Used to hold filter papers, bolting cloths, etc., for microscopic examination. Disposable 100 x 15 mm plastic dishes may be used for most applications.

(10) Sieves

Sieve designations, unless otherwise specified, are those described in Federal Specifications RR-S-366e, November 9, 1973 (available from General Services Administration). Sieves of No. 100 or finer should be "plain-weave" stainless steel, since twill weave allows more filaments to pass through. The weave can be seen at 30X magnification.

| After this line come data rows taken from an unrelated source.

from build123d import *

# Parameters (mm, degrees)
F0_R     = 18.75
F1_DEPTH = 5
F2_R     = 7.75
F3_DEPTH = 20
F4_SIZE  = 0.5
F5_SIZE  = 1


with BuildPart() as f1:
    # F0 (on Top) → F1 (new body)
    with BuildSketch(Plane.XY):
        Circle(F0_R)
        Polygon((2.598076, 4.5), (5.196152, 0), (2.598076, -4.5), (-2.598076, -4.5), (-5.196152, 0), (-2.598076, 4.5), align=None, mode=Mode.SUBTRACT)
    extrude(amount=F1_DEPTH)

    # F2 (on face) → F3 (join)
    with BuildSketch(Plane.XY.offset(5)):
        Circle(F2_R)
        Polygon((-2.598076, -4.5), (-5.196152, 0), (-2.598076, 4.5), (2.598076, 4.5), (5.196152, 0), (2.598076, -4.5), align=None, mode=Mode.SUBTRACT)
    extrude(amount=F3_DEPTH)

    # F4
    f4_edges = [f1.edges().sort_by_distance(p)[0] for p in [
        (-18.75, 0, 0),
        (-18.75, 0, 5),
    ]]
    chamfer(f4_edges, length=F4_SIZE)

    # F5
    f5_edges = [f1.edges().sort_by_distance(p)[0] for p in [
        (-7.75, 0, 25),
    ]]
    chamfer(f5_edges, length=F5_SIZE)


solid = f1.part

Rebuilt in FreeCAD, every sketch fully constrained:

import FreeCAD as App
import Part
import Sketcher
Q = App.Units.Quantity


def edges_at(feature, points):
    """Names of the edges that pass closest to the given points."""
    edges = feature.Shape.Edges
    near = lambda p: min(range(len(edges)), key=lambda i: edges[i].distToShape(Part.Vertex(*p))[0])
    return sorted({f"Edge{near(p) + 1}" for p in points})


def add_polygon(sketch, points):
    """Adds a closed chain of lines whose ends are joined by coincident constraints."""
    first, n = sketch.GeometryCount, len(points)
    for a, b in zip(points, points[1:] + points[:1]):
        sketch.addGeometry(Part.LineSegment(App.Vector(*a, 0), App.Vector(*b, 0)), False)
    for i in range(n):
        sketch.addConstraint(Sketcher.Constraint("Coincident", first + i, 2, first + (i + 1) % n, 1))

doc = App.newDocument("Part")
body = doc.addObject("PartDesign::Body", "Body")

# Sketch on XY plane
sketch1 = body.newObject("Sketcher::SketchObject", "Sketch")
sketch1.AttachmentSupport = (doc.getObject("XY_Plane"), [""])
sketch1.MapMode = "FlatFace"
sketch1.addGeometry(Part.Circle(App.Vector(0, 0, 0), App.Vector(0, 0, 1), 19), False)  # 0
add_polygon(sketch1, [(-3, 4), (3, 4), (5, 0), (3, -4), (-3, -4), (-5, 0)])  # lines 1-6
sketch1.addConstraint(Sketcher.Constraint("Horizontal", 1))
sketch1.addConstraint(Sketcher.Constraint("Horizontal", 4))
sketch1.addConstraint(Sketcher.Constraint("Coincident", 0, 3, -1, 1))
sketch1.addConstraint(Sketcher.Constraint("Symmetric", 1, 2, 4, 2, -1, 1))
sketch1.addConstraint(Sketcher.Constraint("Symmetric", 2, 2, 5, 2, -1, 1))
sketch1.addConstraint(Sketcher.Constraint("PointOnObject", 2, 2, -1))
sketch1.addConstraint(Sketcher.Constraint("Parallel", 3, 6))
sketch1.addConstraint(Sketcher.Constraint("Vertical", 1, 2, 3, 2))
sketch1.addConstraint(Sketcher.Constraint("Diameter", 0, 37.5))
sketch1.addConstraint(Sketcher.Constraint("Angle", 2, Q("-60.000002 deg")))
sketch1.addConstraint(Sketcher.Constraint("DistanceY", 3, 2, 1, 2, 9.0))
sketch1.addConstraint(Sketcher.Constraint("DistanceX", 1, 1, 1, 2, 5.196152))
pad1 = body.newObject("PartDesign::Pad", "Pad")
pad1.Profile = sketch1
pad1.Length = 5

# Sketch on XY plane
sketch2 = body.newObject("Sketcher::SketchObject", "Sketch001")
sketch2.AttachmentSupport = (doc.getObject("XY_Plane"), [""])
sketch2.MapMode = "FlatFace"
sketch2.AttachmentOffset = App.Placement(App.Vector(0, 0, 5), App.Rotation())
sketch2.addGeometry(Part.Circle(App.Vector(0, 0, 0), App.Vector(0, 0, 1), 8), False)  # 0
add_polygon(sketch2, [(3, -4), (-3, -4), (-5, 0), (-3, 4), (3, 4), (5, 0)])  # lines 1-6
sketch2.addConstraint(Sketcher.Constraint("Horizontal", 1))
sketch2.addConstraint(Sketcher.Constraint("Horizontal", 4))
sketch2.addConstraint(Sketcher.Constraint("Coincident", 0, 3, -1, 1))
sketch2.addConstraint(Sketcher.Constraint("Symmetric", 1, 2, 4, 2, -1, 1))
sketch2.addConstraint(Sketcher.Constraint("Symmetric", 2, 2, 5, 2, -1, 1))
sketch2.addConstraint(Sketcher.Constraint("PointOnObject", 2, 2, -1))
sketch2.addConstraint(Sketcher.Constraint("Parallel", 3, 6))
sketch2.addConstraint(Sketcher.Constraint("Vertical", 1, 2, 3, 2))
sketch2.addConstraint(Sketcher.Constraint("Diameter", 0, 15.5))
sketch2.addConstraint(Sketcher.Constraint("Angle", 2, Q("119.999998 deg")))
sketch2.addConstraint(Sketcher.Constraint("DistanceY", 1, 2, 3, 2, 9.0))
sketch2.addConstraint(Sketcher.Constraint("DistanceX", 1, 2, 1, 1, 5.196152))
pad2 = body.newObject("PartDesign::Pad", "Pad001")
pad2.Profile = sketch2
pad2.Length = 20
doc.recompute()

chamfer = body.newObject("PartDesign::Chamfer", "Chamfer")
chamfer.Base = (pad2, edges_at(pad2, [(-18.75, 0, 0), (-18.75, 0, 5)]))
chamfer.Size = 0.5
doc.recompute()

chamfer2 = body.newObject("PartDesign::Chamfer", "Chamfer001")
chamfer2.Base = (chamfer, edges_at(chamfer, [(-7.75, 0, 25)]))
chamfer2.Size = 1

doc.recompute()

The International Standard sieve designations and their corresponding U.S. Standard sieve sizes are given in Table II-1. Stainless steel or brass frames in standard heights and diameter are available.

(11) Jeweler's Forceps

Used to manipulate delicate specimens.

(12) Ocular Loupe

Used to provide low-power magnification. Also called a jeweler's eyepiece.

TABLE II-1

NOMINAL DIMENSIONS OF STANDARD TEST SIEVES
(U.S.A. STANDARD SERIES)

Sieve Designation Nominal Sieve
Opening,
Inches
Nominal Wire
Diameter,
mm
International
Standarda (ISO)
U.S.A. Standard
12.5 mmb 1/2 in.b 0.500 2.67
11.2 mm 7/16 in. 0.438 2.45
9.5 mm 3/8 in. 0.375 2.27
8.0 mm 5/16 in. 0.312 2.07
6.7 mm .265 in. 0.265 1.87
6.3 mmb 1/4 in.b 0.250 1.82
5.6 mm No. 3 1/2 0.223 1.68
4.75 mm No. 4 0.187 1.54
4.00 mm No. 5 0.157 1.37
3.35 mm No. 6 0.132 1.23
2.80 mm No. 7 0.111 1.10
2.38 mm No. 8 0.0937 1.00
2.00 mm No. 10 0.0787 0.900
1.70 mm No. 12 0.0661 0.810
1.40 mm No. 14 0.0555 0.725
1.18 mm No. 16 0.0469 0.650
1.00 mm No. 18 0.0394 0.580
850 µmc No. 20 0.0331 0.510
710 µm No. 25 0.0278 0.450
600 µm No. 30 0.0234 0.390
500 µm No. 35 0.0197 0.340
425 µm No. 40 0.0165 0.290
355 µm No. 45 0.0139 0.247
300 µm No. 50 0.0117 0.215
250 µm No. 60 0.0098 0.180
212 µm No. 70 0.0083 0.152
180 µm No. 80 0.0070 0.131
150 µm No. 100 0.0059 0.110
125 µm No. 120 0.0049 0.091
106 µm No. 140 0.0041 0.076
90 µm No. 170 0.0035 0.064
75 µm No. 200 0.0029 0.053
63 µm No. 230 0.0025 0.044
53 µm No. 270 0.0021 0.037

  1. These standard designations correspond to the values for test sieve aperatures recommended by the International Organization for Standardization, Geneva, Switzerland.
  2. These sieves are not in the standard series but they have been included because they are in common usuage.